BEGIN Material provided

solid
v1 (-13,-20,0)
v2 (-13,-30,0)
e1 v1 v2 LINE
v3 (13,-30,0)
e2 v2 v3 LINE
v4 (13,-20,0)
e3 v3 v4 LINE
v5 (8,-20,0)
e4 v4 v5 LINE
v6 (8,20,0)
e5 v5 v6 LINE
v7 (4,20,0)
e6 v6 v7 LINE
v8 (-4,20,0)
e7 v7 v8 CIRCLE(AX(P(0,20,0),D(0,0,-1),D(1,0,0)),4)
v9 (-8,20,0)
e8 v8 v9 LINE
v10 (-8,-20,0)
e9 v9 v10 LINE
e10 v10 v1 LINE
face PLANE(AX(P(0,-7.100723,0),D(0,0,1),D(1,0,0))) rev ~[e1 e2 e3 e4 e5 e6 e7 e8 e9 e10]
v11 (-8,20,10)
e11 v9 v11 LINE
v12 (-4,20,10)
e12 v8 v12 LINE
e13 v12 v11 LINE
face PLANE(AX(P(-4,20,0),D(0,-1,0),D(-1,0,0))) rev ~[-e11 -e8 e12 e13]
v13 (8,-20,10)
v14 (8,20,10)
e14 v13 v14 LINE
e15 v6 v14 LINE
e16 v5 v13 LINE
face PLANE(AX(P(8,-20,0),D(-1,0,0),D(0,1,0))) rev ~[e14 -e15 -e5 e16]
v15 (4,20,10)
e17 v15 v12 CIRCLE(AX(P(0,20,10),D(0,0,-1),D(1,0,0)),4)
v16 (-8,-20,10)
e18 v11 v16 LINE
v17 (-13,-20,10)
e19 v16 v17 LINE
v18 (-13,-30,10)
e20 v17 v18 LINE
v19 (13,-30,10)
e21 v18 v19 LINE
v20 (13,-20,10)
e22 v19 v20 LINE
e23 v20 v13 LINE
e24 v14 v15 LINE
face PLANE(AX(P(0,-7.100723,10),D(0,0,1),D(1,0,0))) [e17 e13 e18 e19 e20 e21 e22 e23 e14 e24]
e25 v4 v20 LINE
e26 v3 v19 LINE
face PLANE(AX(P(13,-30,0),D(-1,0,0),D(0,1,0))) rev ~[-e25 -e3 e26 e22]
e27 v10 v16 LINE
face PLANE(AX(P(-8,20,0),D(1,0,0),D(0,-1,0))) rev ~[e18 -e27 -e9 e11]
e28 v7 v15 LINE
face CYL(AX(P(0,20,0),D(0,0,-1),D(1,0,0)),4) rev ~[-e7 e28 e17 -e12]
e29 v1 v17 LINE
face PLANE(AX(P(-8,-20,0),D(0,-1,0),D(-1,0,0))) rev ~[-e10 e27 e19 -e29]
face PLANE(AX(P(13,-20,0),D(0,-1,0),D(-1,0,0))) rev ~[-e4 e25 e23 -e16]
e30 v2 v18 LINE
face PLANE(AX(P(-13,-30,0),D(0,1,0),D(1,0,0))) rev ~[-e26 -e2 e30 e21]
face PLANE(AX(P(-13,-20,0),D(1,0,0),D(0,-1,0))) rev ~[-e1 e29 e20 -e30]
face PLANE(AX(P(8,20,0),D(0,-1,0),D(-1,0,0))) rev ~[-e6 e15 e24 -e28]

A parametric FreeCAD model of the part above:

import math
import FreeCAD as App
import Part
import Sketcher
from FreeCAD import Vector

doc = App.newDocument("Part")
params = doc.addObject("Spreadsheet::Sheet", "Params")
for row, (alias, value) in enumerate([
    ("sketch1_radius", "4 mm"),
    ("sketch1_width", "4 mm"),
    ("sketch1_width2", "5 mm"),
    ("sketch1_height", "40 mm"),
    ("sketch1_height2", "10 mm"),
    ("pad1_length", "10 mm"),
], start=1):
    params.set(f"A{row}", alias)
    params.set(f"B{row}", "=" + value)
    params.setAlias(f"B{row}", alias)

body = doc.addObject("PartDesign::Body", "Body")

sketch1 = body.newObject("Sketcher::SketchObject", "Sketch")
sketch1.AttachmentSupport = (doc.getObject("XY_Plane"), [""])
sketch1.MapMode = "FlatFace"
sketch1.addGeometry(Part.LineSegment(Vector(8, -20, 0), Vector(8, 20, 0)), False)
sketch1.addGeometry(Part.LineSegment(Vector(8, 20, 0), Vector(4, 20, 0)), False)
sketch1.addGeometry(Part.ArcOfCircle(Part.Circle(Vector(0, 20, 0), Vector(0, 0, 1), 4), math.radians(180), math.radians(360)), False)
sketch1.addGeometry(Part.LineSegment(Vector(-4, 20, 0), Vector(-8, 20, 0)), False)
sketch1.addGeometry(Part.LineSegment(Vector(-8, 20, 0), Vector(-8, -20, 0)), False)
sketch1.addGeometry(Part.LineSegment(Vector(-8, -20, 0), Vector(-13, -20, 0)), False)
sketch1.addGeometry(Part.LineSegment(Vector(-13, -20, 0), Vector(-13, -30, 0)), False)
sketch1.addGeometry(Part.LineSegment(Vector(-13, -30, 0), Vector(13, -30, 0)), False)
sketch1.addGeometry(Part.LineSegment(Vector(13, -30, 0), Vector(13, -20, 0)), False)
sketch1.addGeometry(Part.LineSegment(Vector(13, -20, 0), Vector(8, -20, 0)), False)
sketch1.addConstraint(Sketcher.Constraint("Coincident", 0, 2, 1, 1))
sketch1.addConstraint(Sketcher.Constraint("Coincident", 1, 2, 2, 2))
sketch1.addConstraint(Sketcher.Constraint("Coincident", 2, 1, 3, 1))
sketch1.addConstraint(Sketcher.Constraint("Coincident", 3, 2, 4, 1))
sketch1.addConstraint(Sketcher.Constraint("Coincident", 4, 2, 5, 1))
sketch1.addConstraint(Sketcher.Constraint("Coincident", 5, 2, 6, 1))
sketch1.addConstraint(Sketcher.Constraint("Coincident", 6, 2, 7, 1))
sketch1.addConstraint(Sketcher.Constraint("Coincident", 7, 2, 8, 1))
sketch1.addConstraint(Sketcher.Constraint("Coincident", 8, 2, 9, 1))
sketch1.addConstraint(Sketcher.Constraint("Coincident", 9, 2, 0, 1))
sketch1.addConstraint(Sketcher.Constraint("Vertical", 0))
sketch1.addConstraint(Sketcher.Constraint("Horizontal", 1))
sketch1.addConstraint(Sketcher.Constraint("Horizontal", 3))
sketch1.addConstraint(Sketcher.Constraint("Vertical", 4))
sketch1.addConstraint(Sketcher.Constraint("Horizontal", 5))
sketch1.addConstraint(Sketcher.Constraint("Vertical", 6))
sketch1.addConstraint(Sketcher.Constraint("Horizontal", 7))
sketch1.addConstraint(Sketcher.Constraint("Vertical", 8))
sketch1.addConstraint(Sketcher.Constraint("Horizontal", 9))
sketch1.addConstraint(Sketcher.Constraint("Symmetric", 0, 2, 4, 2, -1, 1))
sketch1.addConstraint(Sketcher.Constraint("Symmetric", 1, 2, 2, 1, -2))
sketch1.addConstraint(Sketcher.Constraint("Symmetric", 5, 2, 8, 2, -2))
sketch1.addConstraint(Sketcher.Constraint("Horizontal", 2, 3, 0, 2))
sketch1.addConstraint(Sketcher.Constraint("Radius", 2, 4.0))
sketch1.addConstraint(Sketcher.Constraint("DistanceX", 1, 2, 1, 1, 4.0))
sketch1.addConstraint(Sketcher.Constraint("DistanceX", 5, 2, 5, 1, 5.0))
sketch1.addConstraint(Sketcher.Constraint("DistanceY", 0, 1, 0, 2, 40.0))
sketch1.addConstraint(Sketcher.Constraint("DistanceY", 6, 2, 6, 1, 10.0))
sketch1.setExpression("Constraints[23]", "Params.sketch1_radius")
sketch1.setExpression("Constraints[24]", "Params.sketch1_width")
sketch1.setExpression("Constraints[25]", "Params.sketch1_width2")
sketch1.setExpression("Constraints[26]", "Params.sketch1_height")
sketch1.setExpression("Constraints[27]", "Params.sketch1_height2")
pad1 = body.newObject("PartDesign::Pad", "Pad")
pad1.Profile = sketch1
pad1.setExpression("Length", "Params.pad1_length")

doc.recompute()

END Material provided

When you reach the line with "e8 v8 v9 LINE" in the records above, start writing out lines exactly, and stop once the line with "e13 v12 v11 LINE" has been written; include nothing else.

e8 v8 v9 LINE
v10 (-8,-20,0)
e9 v9 v10 LINE
e10 v10 v1 LINE
face PLANE(AX(P(0,-7.100723,0),D(0,0,1),D(1,0,0))) rev ~[e1 e2 e3 e4 e5 e6 e7 e8 e9 e10]
v11 (-8,20,10)
e11 v9 v11 LINE
v12 (-4,20,10)
e12 v8 v12 LINE
e13 v12 v11 LINE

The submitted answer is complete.